My name is Michiel Bosman and I'm a psychiatrist here to talk about Acceptance and Commitment Therapy (or ACT).
Living with anxiety, depression, and/or trauma can be really tough. I understand how it feels to be in that kind of situation, and I'm here to help.
ACT is a type of therapy that focuses on helping you to accept and commit to your values so that you can live a meaningful life. It's a powerful tool that can help you to become more aware of your thoughts, feelings, and behaviors—so that you can more effectively manage them.
ACT is based on the idea that it's not always possible to change or control a situation, but that you can still take action to create a better life. It's a goal-oriented approach that focuses on helping you to recognize and accept your thoughts and feelings, rather than trying to ignore or change them.
I want to share with you the steps of this therapy so you can get an idea of what to expect if you decide to take the plunge.
The first step is to identify your values. This is a crucial step in ACT because it helps you understand what’s important to you in life and how to align your behavior with those values. This means that instead of trying to avoid difficult thoughts and feelings, you are focusing on what really matters to you and how you can act in accordance with those values.
The second step is to accept your thoughts and feelings. This is one of the most important parts of ACT. It doesn’t mean that you have to like or agree with your thoughts and feelings, but it does mean that you acknowledge them and are open to them. This will help you gain a greater understanding of how you think and feel. The third step is to commit to action.
Once you’ve identified your values and accepted your thoughts and feelings, the next step is to commit to taking action that is in line with those values. This means that instead of avoiding difficult situations, you are taking steps towards living a life that aligns with your values.
The fourth step is to practice mindfulness. Mindfulness is an important part of ACT because it helps you stay in the present moment and be aware of your thoughts and feelings without judgment. This can be a great tool for managing difficult thoughts and feelings and staying on track with your values.

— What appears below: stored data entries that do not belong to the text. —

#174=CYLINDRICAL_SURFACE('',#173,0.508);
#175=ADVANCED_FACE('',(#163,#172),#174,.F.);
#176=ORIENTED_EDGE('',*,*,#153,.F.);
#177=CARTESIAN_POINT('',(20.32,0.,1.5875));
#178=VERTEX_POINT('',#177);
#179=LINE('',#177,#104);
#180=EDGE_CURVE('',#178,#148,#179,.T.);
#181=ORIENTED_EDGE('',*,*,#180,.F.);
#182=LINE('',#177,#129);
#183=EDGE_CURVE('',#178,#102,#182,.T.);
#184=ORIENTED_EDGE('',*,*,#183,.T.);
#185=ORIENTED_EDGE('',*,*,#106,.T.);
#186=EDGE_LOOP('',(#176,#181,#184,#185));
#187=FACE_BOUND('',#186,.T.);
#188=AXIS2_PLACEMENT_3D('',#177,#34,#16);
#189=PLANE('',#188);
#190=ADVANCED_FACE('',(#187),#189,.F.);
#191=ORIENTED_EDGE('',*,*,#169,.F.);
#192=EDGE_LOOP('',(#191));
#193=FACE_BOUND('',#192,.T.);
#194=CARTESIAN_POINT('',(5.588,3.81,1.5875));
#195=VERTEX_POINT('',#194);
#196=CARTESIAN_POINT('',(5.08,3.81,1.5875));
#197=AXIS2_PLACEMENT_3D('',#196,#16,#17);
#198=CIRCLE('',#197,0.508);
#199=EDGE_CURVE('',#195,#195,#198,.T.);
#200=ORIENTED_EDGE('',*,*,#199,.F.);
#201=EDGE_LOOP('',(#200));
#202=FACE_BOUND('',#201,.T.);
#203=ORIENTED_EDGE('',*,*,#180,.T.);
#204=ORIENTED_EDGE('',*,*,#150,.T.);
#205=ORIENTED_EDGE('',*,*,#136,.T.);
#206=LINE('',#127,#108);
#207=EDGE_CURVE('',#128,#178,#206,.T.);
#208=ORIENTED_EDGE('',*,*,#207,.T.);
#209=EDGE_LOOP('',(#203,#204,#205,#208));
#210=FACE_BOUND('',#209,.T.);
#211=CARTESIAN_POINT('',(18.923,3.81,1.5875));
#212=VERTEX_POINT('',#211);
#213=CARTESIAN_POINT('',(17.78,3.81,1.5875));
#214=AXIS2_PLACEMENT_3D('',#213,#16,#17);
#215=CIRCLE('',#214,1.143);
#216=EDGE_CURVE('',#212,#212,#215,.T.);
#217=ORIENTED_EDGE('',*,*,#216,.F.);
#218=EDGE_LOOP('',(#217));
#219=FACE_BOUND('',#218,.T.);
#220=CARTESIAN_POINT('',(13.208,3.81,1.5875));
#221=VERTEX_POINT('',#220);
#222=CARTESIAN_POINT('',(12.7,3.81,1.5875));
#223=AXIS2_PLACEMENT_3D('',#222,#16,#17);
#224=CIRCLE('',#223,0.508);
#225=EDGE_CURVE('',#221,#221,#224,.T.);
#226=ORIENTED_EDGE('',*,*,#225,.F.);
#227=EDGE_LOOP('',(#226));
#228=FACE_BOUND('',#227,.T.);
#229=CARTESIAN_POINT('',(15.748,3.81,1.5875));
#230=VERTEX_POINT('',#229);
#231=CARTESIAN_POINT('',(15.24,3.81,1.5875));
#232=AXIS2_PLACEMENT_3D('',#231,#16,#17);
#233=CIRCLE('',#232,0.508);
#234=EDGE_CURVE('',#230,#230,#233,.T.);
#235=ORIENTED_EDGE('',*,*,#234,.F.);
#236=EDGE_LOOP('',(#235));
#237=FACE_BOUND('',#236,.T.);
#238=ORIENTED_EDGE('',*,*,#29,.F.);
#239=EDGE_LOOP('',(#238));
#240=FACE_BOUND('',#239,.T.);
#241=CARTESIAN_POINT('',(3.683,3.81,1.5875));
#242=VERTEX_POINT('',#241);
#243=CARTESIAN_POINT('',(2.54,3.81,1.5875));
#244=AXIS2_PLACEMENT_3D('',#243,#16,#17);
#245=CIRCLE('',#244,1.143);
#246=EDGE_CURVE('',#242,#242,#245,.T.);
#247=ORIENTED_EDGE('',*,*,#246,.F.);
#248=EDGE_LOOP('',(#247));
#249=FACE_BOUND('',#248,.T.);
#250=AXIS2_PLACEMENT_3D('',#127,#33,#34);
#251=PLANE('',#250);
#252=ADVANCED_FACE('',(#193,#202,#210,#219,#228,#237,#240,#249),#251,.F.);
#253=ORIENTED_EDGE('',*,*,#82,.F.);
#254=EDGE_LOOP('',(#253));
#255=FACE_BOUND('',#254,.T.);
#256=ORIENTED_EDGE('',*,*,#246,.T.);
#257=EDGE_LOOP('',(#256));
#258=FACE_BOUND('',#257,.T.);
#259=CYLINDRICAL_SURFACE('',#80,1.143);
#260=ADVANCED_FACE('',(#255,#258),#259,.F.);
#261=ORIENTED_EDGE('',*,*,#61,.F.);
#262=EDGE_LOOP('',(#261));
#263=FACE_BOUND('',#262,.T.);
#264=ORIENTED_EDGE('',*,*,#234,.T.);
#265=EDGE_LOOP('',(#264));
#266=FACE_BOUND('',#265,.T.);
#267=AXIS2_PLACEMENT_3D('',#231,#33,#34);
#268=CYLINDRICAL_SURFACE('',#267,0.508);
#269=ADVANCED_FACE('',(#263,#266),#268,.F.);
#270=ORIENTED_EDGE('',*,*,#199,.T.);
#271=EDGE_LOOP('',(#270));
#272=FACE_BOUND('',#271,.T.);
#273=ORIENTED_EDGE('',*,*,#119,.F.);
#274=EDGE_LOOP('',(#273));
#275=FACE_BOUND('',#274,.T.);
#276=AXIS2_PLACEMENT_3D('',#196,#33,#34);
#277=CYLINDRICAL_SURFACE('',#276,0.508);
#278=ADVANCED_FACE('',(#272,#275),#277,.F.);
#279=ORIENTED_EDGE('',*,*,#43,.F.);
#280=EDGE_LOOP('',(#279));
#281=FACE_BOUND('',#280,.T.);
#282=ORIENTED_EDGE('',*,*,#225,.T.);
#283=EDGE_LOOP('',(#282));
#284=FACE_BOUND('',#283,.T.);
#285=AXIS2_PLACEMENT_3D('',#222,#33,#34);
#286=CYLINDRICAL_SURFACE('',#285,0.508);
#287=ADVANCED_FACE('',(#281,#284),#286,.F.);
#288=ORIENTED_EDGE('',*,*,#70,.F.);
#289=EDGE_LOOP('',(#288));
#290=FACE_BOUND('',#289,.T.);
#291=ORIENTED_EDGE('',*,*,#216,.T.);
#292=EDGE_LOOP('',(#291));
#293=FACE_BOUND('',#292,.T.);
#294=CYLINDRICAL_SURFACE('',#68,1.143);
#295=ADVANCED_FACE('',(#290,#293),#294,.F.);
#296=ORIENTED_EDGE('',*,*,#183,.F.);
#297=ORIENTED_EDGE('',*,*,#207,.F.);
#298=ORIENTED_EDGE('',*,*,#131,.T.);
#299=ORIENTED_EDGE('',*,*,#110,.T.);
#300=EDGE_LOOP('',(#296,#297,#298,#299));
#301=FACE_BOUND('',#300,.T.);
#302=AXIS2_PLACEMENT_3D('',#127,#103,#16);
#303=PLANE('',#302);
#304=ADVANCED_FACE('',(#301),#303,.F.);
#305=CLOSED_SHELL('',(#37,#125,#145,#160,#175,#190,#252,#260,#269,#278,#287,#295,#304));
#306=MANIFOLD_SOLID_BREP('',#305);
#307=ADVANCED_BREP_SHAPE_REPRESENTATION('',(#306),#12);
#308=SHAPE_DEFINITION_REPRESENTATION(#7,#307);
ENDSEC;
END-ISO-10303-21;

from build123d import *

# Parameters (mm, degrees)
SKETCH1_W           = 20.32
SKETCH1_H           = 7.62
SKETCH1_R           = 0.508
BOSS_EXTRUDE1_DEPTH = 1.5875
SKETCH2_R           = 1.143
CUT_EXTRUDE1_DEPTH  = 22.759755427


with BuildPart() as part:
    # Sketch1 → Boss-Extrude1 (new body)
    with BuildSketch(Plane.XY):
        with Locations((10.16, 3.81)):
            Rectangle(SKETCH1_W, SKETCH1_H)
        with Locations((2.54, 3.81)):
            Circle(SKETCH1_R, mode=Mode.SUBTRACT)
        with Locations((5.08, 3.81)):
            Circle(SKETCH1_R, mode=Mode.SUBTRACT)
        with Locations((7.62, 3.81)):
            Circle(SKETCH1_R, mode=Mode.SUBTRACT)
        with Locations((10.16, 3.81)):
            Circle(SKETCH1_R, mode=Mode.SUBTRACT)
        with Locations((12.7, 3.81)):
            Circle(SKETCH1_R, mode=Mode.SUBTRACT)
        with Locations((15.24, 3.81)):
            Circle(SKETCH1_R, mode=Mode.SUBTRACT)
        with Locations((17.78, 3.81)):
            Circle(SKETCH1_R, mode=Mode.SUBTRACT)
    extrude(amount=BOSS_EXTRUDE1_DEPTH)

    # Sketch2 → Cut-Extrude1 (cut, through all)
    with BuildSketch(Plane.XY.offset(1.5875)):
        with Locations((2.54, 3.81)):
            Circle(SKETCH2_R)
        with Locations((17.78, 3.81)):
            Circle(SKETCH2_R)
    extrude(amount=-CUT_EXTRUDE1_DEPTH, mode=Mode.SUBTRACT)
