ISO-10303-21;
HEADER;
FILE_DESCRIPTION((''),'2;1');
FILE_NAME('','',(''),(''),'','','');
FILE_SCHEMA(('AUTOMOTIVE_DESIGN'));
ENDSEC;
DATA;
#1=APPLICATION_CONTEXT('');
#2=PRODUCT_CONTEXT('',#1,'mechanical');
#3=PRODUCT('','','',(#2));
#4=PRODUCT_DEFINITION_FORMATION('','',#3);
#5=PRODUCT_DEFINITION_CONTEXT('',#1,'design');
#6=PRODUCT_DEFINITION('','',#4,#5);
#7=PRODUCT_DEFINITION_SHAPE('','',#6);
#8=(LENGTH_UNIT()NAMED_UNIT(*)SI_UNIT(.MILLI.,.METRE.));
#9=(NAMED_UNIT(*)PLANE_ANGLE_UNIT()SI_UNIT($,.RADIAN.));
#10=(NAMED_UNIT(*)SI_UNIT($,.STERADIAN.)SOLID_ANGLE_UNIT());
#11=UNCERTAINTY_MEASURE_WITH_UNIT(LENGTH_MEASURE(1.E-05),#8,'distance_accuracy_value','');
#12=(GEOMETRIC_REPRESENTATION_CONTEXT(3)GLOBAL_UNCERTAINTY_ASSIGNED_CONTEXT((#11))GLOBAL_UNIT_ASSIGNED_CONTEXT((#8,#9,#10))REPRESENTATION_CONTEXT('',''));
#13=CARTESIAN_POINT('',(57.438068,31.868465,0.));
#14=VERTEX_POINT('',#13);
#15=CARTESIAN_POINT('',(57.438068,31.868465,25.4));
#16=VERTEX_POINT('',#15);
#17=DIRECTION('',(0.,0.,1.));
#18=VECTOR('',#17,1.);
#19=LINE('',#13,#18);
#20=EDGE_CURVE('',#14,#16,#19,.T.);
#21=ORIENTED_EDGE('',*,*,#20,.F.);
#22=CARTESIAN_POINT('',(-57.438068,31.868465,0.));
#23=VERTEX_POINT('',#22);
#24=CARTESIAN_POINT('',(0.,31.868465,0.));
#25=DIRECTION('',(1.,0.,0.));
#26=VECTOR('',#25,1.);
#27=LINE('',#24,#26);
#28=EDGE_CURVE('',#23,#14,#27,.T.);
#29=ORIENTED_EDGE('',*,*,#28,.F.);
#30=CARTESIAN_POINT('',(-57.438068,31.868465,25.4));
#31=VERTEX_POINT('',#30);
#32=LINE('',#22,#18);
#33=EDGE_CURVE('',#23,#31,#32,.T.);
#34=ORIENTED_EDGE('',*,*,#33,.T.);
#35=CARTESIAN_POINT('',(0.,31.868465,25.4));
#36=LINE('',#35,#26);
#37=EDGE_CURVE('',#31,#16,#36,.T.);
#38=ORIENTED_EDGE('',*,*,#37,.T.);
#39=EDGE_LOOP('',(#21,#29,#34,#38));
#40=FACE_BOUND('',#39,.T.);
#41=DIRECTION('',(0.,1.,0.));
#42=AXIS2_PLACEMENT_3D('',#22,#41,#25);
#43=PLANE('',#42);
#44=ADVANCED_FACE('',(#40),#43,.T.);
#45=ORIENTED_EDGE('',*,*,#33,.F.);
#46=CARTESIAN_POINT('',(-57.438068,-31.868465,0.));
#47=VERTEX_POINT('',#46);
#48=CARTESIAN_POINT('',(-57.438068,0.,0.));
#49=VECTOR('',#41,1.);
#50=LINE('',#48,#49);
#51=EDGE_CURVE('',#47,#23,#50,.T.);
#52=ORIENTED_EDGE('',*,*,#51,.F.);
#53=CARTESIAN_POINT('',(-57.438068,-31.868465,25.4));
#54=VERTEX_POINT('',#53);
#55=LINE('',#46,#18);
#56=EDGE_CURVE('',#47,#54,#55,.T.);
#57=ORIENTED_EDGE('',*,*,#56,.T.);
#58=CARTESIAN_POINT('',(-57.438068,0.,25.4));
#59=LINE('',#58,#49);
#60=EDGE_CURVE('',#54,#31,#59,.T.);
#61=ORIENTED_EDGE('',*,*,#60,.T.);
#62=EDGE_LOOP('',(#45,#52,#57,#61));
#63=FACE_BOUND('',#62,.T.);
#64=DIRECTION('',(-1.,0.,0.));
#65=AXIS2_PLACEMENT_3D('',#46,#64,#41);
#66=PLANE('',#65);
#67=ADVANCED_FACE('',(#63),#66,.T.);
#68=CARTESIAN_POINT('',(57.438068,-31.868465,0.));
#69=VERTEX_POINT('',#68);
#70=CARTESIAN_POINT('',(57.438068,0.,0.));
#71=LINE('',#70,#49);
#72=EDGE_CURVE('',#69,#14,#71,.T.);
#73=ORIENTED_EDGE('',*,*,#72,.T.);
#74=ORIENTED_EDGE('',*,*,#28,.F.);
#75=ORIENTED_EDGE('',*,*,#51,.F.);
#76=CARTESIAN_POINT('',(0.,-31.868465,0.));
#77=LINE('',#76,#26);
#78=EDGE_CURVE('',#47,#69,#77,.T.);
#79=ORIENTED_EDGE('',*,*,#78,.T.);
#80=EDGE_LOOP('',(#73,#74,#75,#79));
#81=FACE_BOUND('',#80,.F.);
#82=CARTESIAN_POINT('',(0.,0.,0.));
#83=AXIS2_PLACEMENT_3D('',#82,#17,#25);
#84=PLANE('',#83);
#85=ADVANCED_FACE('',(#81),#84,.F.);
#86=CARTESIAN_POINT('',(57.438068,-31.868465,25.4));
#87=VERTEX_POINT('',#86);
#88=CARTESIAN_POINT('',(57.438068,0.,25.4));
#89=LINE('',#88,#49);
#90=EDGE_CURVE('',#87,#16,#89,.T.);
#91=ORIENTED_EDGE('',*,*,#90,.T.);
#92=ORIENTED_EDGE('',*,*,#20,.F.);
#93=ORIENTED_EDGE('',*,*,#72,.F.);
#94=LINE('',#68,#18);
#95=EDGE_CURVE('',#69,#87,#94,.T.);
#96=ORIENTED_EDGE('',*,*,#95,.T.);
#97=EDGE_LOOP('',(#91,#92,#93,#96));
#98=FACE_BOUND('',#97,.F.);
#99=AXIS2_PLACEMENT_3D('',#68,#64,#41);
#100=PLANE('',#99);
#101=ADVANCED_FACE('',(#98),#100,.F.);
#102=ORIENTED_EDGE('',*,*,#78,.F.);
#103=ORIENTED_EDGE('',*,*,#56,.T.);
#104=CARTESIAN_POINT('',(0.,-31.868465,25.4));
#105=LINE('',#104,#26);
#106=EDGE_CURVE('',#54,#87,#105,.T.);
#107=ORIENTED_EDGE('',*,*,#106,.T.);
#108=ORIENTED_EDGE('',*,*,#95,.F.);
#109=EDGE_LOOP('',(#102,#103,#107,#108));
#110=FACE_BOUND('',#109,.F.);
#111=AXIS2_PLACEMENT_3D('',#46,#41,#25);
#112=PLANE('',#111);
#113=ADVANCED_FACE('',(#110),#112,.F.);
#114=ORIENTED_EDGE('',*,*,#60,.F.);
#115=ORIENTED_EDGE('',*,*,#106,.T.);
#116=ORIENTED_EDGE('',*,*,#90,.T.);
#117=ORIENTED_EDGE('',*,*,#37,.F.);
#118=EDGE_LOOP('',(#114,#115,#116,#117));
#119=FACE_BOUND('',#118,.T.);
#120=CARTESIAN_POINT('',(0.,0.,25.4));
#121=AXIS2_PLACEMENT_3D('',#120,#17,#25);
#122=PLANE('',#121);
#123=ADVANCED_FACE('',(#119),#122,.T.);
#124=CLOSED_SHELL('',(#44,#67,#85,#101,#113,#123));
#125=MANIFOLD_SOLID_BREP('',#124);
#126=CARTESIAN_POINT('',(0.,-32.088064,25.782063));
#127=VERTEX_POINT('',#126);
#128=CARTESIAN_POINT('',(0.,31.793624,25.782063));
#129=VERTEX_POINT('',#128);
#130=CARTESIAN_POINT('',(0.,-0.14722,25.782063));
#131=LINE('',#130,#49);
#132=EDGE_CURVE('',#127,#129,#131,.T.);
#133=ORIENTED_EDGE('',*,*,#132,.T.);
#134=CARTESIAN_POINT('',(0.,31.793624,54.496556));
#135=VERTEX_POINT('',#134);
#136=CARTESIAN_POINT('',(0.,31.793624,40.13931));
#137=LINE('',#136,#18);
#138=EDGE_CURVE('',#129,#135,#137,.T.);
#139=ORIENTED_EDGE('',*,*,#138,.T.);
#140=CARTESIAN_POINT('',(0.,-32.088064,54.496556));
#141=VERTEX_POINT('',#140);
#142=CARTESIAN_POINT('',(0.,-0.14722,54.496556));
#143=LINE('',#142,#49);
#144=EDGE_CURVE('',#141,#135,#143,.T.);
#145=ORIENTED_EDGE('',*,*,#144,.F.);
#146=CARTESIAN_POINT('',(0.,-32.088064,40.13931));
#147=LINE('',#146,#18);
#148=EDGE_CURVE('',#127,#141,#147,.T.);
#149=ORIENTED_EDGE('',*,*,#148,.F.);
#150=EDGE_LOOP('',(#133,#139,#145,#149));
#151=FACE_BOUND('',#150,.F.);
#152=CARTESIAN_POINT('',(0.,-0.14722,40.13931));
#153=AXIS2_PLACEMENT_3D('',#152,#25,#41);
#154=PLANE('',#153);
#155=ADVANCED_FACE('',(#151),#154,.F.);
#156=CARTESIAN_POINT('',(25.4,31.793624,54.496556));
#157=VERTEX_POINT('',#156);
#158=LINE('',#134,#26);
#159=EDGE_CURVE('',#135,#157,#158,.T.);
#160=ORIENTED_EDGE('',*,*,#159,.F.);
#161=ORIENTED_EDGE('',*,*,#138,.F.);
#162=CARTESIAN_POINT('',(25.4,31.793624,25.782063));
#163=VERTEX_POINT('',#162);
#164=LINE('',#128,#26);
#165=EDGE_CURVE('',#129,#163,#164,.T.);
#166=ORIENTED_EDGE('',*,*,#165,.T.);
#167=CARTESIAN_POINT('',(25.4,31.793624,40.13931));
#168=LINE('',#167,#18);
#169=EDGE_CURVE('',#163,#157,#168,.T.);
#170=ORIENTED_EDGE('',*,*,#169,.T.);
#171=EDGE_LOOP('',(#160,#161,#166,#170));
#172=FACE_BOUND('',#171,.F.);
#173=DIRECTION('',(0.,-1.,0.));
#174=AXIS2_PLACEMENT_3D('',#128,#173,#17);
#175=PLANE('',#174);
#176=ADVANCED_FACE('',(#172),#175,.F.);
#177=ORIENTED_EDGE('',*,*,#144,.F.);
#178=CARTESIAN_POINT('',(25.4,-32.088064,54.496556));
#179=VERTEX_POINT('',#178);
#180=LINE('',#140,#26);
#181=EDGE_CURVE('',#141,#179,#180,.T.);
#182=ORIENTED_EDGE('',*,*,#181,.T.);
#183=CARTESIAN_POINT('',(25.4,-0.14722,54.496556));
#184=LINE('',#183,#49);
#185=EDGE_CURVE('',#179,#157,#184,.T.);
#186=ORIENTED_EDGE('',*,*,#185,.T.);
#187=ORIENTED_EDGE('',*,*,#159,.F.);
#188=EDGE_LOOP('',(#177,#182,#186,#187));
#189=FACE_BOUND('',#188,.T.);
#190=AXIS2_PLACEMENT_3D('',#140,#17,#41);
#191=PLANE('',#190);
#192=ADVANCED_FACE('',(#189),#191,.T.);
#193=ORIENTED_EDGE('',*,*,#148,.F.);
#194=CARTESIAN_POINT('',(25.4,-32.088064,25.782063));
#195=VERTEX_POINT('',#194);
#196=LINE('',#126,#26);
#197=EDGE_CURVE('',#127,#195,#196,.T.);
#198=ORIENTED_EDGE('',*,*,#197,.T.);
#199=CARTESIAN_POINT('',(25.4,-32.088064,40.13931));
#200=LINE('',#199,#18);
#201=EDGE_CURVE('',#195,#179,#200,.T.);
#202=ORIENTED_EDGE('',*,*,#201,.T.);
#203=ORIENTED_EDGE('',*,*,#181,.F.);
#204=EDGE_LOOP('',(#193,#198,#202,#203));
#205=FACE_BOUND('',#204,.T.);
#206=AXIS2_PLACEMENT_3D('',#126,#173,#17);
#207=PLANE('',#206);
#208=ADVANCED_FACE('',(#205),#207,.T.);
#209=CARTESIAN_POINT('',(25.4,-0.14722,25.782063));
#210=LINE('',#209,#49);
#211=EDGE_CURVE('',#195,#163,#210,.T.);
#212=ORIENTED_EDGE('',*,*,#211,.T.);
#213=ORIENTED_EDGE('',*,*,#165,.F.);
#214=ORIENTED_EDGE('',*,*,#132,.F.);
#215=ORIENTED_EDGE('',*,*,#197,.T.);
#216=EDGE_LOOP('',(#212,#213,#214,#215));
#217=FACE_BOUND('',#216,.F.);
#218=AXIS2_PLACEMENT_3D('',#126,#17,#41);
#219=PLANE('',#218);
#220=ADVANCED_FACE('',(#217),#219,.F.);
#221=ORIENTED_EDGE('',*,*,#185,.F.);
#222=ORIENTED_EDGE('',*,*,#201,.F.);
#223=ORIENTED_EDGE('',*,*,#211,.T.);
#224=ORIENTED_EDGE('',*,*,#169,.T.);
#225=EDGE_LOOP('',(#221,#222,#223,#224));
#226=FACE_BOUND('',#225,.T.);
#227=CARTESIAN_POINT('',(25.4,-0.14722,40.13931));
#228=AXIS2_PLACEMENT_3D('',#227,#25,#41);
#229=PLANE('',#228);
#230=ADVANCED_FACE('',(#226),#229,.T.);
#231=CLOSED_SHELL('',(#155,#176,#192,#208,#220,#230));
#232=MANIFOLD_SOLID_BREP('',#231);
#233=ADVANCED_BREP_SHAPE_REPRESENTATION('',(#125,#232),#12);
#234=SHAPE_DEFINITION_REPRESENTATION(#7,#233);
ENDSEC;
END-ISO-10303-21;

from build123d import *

# Parameters (mm, degrees)
F0_W     = 114.876136
F0_H     = 63.73693
F1_DEPTH = 25.4
F2_W     = 63.881688
F2_H     = 28.714493
F3_DEPTH = 25.4


with BuildPart() as f1:
    # F0 (on Top) → F1 (new body)
    with BuildSketch(Plane.XY):
        Rectangle(F0_W, F0_H)
    extrude(amount=F1_DEPTH)


with BuildPart() as f3:
    # F2 (on Right) → F3 (new body)
    with BuildSketch(Plane.YZ):
        with Locations((-0.14722, 40.13931)):
            Rectangle(F2_W, F2_H)
    extrude(amount=F3_DEPTH)


solid = Compound([f1.part, f3.part])
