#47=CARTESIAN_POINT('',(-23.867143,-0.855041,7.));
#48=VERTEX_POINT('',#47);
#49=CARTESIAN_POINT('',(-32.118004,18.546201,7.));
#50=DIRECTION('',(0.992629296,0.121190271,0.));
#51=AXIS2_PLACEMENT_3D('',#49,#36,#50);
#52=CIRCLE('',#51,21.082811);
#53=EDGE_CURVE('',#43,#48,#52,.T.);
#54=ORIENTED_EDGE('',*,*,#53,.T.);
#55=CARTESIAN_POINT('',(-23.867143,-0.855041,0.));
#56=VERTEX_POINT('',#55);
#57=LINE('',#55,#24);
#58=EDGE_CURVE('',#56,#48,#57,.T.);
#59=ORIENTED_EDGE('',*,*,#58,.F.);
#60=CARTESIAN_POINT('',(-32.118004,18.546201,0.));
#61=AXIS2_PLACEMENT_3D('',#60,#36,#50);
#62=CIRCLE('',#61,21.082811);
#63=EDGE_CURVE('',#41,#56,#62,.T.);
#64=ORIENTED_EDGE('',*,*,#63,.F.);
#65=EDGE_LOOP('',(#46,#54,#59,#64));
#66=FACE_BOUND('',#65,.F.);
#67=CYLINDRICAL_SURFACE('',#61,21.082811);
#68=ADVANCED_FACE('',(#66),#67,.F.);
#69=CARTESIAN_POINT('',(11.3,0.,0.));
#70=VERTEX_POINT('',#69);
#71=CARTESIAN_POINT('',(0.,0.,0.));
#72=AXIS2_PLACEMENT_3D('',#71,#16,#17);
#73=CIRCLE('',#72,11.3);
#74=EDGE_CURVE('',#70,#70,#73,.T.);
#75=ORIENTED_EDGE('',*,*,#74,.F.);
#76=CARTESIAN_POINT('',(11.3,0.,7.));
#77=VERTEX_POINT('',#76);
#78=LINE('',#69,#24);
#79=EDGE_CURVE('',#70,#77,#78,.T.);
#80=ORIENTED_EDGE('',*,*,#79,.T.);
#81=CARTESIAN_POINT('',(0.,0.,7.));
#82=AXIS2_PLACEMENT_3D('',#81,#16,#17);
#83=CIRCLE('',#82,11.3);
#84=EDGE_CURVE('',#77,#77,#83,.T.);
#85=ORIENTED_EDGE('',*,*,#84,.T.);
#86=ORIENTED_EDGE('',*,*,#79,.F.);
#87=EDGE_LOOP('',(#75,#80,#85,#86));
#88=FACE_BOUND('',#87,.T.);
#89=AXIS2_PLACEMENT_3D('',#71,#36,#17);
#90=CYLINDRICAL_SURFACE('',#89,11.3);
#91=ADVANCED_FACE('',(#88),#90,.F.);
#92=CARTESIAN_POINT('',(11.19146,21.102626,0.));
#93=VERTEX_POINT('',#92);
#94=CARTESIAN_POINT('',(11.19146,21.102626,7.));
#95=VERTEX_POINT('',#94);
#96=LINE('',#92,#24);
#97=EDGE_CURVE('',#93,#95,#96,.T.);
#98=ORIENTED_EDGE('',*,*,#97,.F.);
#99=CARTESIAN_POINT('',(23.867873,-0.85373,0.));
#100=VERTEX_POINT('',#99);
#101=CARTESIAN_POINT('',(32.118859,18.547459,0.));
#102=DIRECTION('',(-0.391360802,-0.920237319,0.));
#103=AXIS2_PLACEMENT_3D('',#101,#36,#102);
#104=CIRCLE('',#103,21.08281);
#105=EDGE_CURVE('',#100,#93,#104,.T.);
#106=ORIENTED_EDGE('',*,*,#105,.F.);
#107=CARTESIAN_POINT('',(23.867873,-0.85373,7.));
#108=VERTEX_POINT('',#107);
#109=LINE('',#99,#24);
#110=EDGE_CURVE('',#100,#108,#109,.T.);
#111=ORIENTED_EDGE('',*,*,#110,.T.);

The fifth and final step is to evaluate and adjust your behavior. This is an ongoing process that involves reflecting on your progress and adjusting your behavior as needed. This is important for making sure that your behavior is in line with your values and that you’re making progress towards your goals.
So, that’s a brief overview of the steps of ACT. I hope this has been helpful and given you a better idea of what to expect if you decide to try this type of therapy. And I'm here to help you to use ACT to reach your goals. We'll work together to identify your values, and create plans to help you to live your life in line with those values. We'll talk about how to accept and acknowledge your thoughts, feelings, and behaviors, so that you can make meaningful changes.
I'm committed to helping you to create a meaningful life and reach your goals. I'm here for you every step of the way.